Bedevilled
de Jang Cheol-so
Semaine internationale de la critique
palme






Masculin, féminin

Aussi bien dans la psychologie des protagonistes que dans le genre et le rythme, Bedevilled est un film qui évolue de manière assez radicale. Dès le début, il constitue une dénonciation efficace de l'oppression des femmes dans les sociétés machistes, ce qu'elle subissent et ne veulent plus subir. Mais au-delà de cet engagement, le réalisateur (Cheol-so Jang) replace avec finesse le combat contre l'injustice à un autre niveau avec un blâme émouvant de la lâcheté et de l'indifférence envers les faibles.

Pour ce faire, il nous livre deux personnages de femmes à la fois complémentaires et incompatibles qui ont une dualité intéressante : Bok-Nam, victime de sa condition qui garde malgré les pires violences et humiliations un courage et une envie de vivre héroïque ; elle témoigne une admiration émouvante et sans jalousie à Hae-Won, son amie, venue du continent, insouciante, insensible, égoïste et indifférente.
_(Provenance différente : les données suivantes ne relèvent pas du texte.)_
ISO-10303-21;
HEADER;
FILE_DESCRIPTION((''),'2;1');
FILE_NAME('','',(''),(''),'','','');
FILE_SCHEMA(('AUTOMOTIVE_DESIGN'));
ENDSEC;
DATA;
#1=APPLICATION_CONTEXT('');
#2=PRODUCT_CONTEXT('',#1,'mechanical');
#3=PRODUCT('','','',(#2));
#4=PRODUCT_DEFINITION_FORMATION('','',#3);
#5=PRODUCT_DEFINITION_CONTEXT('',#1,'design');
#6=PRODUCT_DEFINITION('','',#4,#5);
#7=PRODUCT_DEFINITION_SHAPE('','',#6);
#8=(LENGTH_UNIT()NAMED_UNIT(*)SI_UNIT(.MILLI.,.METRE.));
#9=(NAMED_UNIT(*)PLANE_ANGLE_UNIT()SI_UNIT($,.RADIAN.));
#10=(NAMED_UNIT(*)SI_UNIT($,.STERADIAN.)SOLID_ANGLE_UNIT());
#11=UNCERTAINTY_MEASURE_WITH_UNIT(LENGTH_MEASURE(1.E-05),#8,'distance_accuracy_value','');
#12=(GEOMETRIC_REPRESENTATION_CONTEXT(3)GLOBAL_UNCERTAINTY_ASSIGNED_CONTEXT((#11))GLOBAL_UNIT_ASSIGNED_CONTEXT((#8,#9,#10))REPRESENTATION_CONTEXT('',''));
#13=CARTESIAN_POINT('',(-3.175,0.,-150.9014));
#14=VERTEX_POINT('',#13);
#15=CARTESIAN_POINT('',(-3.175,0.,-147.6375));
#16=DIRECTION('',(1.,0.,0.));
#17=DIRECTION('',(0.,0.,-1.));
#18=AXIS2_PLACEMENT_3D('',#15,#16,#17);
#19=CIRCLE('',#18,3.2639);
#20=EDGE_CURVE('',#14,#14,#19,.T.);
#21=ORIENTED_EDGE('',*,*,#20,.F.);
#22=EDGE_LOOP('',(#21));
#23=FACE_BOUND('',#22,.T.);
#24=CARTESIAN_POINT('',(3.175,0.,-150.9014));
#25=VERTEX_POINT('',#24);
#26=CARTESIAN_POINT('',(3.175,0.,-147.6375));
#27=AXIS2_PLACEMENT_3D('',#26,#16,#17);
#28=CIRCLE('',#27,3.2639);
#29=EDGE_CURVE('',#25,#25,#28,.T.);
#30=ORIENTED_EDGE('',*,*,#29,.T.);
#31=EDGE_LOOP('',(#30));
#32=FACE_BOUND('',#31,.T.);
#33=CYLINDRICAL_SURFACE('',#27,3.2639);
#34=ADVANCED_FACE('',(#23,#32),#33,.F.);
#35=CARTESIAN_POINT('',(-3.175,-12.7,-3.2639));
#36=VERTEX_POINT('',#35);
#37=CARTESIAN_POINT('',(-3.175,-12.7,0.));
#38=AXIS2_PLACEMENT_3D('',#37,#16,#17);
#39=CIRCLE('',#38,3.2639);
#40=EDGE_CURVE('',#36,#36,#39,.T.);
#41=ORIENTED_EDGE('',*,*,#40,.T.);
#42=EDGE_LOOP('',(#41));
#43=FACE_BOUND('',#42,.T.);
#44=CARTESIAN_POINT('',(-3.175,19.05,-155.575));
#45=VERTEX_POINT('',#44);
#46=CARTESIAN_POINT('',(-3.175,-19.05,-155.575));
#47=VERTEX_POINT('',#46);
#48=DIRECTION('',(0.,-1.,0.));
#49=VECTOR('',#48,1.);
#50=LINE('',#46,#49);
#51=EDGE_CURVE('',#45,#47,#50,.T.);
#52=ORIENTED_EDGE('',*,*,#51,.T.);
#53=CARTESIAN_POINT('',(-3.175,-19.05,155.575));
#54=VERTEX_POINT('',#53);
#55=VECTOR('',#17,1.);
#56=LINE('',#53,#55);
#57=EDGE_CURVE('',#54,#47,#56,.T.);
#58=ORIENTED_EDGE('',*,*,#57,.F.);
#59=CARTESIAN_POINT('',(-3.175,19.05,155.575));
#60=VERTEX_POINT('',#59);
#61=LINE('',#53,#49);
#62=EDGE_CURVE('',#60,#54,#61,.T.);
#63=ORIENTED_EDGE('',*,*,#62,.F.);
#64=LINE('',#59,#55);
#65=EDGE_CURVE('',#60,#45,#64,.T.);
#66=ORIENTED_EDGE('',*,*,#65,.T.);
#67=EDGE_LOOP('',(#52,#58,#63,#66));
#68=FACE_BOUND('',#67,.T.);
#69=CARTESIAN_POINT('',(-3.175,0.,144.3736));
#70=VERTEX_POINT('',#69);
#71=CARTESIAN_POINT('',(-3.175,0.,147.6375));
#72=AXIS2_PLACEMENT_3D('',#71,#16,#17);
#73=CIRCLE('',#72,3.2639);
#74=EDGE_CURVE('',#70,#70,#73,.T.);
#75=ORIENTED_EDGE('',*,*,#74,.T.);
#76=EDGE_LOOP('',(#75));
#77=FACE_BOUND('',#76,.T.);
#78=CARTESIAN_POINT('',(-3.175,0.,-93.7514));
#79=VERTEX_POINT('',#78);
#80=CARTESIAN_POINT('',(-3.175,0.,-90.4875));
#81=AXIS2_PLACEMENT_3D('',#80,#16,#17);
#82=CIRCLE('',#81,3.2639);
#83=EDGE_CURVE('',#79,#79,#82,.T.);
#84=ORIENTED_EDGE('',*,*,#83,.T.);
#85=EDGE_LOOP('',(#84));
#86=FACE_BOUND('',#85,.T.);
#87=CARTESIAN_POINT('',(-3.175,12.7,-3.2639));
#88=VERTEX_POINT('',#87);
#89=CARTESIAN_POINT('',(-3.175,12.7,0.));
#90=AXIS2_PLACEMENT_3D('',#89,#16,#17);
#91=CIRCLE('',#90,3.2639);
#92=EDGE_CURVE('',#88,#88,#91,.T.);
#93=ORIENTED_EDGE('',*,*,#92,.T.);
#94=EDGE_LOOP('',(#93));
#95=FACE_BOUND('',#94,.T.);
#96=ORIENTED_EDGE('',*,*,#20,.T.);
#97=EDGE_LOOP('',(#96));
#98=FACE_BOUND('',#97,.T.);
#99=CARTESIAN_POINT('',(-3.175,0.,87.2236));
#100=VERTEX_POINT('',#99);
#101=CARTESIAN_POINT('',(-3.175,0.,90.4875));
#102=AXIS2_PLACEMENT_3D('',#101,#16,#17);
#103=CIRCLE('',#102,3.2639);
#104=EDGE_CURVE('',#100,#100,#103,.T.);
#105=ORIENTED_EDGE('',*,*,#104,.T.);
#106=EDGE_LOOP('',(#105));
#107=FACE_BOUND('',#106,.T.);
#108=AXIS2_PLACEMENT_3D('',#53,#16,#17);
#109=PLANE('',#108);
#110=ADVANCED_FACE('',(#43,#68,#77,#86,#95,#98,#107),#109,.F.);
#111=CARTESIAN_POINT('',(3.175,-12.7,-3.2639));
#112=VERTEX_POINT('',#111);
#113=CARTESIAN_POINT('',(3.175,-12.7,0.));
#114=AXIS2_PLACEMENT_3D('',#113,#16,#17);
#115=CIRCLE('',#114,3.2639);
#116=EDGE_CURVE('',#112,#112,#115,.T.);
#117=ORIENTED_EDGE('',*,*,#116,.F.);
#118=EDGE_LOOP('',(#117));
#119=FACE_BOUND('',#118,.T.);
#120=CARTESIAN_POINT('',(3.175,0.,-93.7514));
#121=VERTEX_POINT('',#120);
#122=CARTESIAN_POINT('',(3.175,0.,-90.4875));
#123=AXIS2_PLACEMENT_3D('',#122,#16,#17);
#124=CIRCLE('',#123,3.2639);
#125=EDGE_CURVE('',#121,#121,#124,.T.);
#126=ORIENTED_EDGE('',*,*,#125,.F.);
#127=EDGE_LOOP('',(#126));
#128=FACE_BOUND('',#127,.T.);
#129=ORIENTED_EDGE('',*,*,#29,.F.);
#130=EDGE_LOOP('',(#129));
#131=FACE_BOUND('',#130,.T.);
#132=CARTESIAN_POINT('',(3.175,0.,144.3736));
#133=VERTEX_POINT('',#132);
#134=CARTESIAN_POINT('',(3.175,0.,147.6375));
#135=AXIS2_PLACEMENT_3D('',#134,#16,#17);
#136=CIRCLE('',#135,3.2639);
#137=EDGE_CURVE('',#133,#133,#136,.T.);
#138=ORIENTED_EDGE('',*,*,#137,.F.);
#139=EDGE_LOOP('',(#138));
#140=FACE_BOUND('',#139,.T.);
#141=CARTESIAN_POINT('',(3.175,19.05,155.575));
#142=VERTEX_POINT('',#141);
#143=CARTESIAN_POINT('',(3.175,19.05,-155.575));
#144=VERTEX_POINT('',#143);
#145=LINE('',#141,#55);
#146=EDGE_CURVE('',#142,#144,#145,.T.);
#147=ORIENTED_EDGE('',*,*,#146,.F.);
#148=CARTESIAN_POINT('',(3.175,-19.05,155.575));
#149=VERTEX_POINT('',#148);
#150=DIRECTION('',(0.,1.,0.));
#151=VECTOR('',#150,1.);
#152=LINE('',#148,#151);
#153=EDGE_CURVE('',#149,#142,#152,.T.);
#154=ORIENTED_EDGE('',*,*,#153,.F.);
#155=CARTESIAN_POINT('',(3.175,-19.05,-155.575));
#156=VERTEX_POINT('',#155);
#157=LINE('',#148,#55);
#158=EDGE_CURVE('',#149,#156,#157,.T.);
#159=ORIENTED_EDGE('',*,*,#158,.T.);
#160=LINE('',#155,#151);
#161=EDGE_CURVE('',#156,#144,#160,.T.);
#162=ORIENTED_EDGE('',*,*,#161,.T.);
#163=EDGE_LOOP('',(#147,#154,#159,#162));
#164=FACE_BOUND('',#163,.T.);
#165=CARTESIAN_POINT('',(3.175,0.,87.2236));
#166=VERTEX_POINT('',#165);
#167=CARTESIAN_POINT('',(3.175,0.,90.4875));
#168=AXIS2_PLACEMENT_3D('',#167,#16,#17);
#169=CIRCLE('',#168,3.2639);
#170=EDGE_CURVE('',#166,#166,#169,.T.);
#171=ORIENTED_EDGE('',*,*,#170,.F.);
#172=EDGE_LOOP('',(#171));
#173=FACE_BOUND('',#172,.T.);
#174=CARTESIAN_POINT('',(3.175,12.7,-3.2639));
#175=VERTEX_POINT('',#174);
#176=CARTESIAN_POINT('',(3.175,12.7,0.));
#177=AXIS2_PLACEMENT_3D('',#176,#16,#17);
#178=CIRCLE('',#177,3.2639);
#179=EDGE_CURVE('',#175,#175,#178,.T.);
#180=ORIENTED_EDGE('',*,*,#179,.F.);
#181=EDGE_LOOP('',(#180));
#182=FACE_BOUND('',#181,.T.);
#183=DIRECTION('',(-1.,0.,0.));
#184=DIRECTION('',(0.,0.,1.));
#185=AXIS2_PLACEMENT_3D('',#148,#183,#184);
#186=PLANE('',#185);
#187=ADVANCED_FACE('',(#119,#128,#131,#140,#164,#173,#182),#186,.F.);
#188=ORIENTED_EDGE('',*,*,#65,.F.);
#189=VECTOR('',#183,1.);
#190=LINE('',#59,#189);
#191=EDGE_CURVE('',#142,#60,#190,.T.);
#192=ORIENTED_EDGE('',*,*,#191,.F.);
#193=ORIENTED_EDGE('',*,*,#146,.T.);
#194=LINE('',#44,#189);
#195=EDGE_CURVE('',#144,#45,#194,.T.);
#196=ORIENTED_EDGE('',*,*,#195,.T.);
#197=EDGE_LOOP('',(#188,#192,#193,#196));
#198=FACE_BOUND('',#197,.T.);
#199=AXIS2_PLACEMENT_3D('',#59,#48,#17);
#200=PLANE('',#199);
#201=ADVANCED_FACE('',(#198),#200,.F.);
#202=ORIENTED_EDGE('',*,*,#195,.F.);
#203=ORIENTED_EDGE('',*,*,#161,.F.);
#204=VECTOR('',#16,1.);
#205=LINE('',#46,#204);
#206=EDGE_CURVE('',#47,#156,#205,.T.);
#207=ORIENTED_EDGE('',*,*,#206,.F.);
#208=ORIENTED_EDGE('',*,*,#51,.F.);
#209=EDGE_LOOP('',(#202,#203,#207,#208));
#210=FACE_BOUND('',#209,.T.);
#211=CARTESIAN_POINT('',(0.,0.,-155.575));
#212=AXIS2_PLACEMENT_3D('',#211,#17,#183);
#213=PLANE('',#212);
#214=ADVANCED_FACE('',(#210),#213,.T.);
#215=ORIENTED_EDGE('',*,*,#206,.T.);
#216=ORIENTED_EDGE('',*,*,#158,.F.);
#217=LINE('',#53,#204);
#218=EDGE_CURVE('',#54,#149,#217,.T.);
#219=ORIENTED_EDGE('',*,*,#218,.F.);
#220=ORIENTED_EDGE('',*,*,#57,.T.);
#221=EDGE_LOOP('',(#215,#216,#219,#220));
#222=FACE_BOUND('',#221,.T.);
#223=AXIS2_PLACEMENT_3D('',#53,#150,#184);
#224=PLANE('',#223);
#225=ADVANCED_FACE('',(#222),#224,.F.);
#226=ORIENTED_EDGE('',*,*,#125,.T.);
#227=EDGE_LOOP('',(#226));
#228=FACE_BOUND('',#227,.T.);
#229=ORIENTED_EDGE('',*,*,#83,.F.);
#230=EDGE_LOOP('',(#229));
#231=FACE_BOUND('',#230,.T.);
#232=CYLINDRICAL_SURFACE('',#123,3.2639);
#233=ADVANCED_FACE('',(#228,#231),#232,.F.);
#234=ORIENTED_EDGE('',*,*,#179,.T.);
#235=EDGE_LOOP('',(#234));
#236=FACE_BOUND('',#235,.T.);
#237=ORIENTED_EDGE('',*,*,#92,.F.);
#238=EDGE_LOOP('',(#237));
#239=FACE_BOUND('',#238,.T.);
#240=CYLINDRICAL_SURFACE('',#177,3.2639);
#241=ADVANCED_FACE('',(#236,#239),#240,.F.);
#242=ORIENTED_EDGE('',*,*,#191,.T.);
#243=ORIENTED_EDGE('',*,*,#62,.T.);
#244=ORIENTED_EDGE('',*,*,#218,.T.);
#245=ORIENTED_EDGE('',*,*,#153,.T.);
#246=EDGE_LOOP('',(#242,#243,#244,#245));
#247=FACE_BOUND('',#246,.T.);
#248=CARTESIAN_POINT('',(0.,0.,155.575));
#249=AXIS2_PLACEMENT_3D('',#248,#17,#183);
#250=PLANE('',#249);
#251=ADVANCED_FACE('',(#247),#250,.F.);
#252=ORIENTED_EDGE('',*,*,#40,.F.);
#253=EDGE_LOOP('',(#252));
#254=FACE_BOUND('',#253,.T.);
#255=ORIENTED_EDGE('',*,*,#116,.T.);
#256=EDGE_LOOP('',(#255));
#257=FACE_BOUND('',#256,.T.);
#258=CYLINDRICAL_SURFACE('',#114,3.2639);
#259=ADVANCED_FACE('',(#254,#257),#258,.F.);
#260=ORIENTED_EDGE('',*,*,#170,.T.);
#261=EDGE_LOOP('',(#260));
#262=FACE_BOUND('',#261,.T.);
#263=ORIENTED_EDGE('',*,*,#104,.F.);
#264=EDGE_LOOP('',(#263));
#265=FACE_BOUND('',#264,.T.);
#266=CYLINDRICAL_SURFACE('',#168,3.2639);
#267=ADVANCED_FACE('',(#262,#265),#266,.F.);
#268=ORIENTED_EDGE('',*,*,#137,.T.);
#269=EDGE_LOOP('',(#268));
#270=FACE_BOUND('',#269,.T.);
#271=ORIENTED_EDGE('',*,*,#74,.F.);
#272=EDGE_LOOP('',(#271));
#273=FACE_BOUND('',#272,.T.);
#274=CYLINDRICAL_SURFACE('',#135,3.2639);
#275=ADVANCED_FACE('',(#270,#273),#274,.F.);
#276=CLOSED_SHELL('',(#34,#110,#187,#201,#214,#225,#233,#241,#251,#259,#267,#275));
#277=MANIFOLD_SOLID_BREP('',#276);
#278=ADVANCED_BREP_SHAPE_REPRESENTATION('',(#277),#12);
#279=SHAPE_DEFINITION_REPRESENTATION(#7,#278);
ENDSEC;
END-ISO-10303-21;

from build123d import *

# Parameters (mm, degrees)
SKETCH1_W               = 6.35
SKETCH1_H               = 38.1
BOSS_EXTRUDE1_DEPTH     = 155.575
F_1_4_CLEARANCE_HOLE1_D = 6.5278


with BuildPart() as part:
    # Sketch1 → Boss-Extrude1 (new, symmetric)
    with BuildSketch(Plane.XY):
        Rectangle(SKETCH1_W, SKETCH1_H)
    extrude(amount=BOSS_EXTRUDE1_DEPTH, both=True)

    # 1/4 Clearance Hole1 (through all)
    with Locations(Plane(origin=(3.175, 0, 0), x_dir=(0, 0, -1), z_dir=(1, 0, 0))):
        with Locations((-147.6375, 0), (-90.4875, 0), (90.4875, 0), (147.6375, 0), (0, 12.7), (0, -12.7)):
            Hole(F_1_4_CLEARANCE_HOLE1_D / 2)


solid = part.part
Le contraste est fort et reflète ces deux sociétés où le monde de Bok-Nam entretient l'utopie de celui de Séoul et du continent. Le duo oscille tout au long du film face à la violence des hommes entre complicité et trahison, amour et haine jusqu'à la vie et la mort. Le combat est fort, il saisit un spectateur qui se sent alors passif et révolté.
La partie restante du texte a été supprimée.